== Segment start ==
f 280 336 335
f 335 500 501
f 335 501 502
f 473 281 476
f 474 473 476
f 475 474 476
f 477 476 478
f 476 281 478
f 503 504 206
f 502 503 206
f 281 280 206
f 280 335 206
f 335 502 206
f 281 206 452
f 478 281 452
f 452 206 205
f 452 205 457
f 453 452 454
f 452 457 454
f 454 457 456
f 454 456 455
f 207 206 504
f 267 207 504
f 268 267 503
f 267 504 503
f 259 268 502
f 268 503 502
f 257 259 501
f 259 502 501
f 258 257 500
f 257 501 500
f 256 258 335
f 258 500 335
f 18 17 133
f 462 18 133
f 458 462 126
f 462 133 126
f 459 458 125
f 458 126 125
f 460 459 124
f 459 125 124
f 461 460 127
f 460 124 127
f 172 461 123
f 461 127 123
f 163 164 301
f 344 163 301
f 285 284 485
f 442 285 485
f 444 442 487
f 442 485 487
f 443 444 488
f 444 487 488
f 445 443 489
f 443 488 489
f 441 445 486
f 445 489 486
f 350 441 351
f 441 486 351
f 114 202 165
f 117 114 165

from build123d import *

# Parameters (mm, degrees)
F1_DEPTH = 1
== Segment end ==
■ Exercise requirements ■
Write the line containing "f 444 487 488" and all the lines after it out again, word for word, through the end of the material, and nothing besides.

■ Answer below ■
f 444 487 488
f 445 443 489
f 443 488 489
f 441 445 486
f 445 489 486
f 350 441 351
f 441 486 351
f 114 202 165
f 117 114 165

from build123d import *

# Parameters (mm, degrees)
F1_DEPTH = 1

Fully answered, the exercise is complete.